# Male wonn't let female in nestbox is this normal??



## Rocky's Rose (Jun 24, 2008)

I just put up a homemade cardboard nestbox in by cockatiels cage (looking in to buying a better nestbox) and my male cockatiel Rocky chewed around the entrance and eventually entered the nestbox but when my female cockatiel Rosie tried entering the nestbox he would hiss and not let her in......is this normal??? Right now he is outside the nestbox and she is inside scratching around and he won't go in because she hisses at him. he is still hanging around the entrance though.... any advice


----------



## sweetrsue (Jul 8, 2008)

He's still a little young and might not have the right idea yet. They generally do take turns in the box tho and there can be little tiff revolving around the coming and going in the box. Customizing the entrance is totally normal even in a wooden box. You can see the beak marks all around the hole.


----------



## atvchick95 (Sep 17, 2007)

mine not only customize the entry hole, but the perch that goes through right under it, and eventually they have a Perch on the outside and nothing on the inside, because they chewed it away  

but i just replace it with a new dowel rod, and it'll last a few more uses of that nest box


----------



## Rocky's Rose (Jun 24, 2008)

kk i understand that they take turns but Rosie hasn't even laid any eggs yet and he won't let her in is that normal??


----------



## allen (Aug 25, 2007)

it could be he wants the nest box just right i have one pair that he won,t let her in till he feels it is just right


----------



## devilangel09 (Feb 5, 2008)

are u sure hes male? could be female and thats why its so defensive of the box?


----------



## Danielle (Aug 15, 2008)

I've read a few breeding guides that say the male won't let the female into the box until he feels it's just right. Maybe he's just a little fussier than most?


----------



## Bea (Jul 26, 2007)

Both times i've bred my tiels Bailee has taken a few days to get the nest box just the way he thinks it should be. Then he lets Cookie in and she promptly fixes it to her liking.  Until Bailee is happy he tends to try to keep Cookie away.


----------



## Rocky's Rose (Jun 24, 2008)

devilangel09 said:


> are u sure hes male? could be female and thats why its so defensive of the box?

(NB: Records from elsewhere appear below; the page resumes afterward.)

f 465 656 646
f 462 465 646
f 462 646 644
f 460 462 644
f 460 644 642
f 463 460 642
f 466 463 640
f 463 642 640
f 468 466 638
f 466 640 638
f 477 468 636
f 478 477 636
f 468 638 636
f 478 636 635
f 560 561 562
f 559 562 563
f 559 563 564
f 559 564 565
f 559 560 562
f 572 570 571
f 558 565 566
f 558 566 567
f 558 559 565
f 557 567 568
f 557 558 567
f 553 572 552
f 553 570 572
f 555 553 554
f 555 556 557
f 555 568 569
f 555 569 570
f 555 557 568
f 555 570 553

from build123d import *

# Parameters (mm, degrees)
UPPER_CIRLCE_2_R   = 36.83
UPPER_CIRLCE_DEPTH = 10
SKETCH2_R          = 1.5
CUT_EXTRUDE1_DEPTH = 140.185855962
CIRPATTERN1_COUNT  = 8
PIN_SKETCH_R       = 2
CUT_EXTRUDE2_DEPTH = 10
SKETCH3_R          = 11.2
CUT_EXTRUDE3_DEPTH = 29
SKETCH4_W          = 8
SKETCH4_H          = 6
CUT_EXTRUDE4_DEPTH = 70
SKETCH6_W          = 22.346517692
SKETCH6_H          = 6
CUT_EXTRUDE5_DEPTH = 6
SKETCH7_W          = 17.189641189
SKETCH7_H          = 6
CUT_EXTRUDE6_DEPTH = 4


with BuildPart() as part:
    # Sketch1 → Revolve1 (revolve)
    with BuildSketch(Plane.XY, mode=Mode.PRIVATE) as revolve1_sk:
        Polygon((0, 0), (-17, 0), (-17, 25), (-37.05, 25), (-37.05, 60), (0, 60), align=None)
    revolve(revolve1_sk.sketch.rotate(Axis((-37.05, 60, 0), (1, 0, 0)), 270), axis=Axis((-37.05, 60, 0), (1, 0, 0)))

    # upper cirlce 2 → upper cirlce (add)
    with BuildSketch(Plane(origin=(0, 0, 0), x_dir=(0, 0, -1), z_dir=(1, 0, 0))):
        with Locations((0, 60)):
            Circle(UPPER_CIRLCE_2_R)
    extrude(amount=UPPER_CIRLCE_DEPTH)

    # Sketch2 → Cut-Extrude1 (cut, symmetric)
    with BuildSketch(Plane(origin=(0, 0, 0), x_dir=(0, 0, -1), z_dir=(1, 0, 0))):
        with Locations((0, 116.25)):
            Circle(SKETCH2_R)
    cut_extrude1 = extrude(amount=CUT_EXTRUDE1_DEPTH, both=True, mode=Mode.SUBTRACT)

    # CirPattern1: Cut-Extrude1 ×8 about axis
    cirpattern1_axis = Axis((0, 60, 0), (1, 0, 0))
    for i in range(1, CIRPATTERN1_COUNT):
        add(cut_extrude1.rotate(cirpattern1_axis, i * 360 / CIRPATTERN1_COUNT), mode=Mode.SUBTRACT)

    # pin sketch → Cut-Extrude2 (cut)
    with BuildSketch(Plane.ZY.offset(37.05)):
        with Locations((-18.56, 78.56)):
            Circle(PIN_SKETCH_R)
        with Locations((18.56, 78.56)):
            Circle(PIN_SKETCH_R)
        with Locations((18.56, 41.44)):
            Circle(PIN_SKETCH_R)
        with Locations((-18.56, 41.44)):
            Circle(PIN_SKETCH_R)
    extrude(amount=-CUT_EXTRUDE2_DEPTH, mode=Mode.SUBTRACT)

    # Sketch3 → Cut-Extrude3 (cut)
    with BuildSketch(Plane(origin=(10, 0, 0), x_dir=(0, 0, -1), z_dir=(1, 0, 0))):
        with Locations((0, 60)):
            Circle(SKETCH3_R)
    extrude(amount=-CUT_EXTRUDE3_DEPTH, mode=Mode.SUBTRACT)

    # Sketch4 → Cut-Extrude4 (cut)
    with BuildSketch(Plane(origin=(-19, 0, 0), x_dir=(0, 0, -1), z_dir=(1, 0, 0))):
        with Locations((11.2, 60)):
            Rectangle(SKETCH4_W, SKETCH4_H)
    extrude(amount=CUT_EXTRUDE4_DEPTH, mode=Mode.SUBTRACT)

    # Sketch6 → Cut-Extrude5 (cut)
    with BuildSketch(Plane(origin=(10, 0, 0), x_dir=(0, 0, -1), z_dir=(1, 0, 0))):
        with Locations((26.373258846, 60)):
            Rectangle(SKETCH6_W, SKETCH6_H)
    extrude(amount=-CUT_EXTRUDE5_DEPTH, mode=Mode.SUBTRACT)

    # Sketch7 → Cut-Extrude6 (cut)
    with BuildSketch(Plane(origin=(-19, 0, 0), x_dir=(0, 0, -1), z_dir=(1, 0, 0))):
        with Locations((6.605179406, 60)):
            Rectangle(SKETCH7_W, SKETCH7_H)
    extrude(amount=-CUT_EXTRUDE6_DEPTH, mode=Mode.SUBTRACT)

yes im sure Rocky is a male


----------



## WonderBird (Feb 2, 2009)

completely off topic, but that's pretty fascinating. how the male refuses to let the female in until he feels right about it. haha i never knew they have that kind of perspective on things when it comes to breeding. interesting nonetheless


----------



## Rocky's Rose (Jun 24, 2008)

last night i bought a new wooden nest box and he won't let her in that either he lets her sit on the perch outside but i can hear hm hissing at her when she trys to go in. She still doesn't go in even if he is not in it ..... is she waiting for his approval???


----------



## huson (Feb 23, 2009)

Same here!!! My male cockatiel will do the samething. Sometimes the male and female take turns sitting in the nestbox, but there is no eggs!!! And there are times that the male won't let the female in. He even hiss at her and being defensive.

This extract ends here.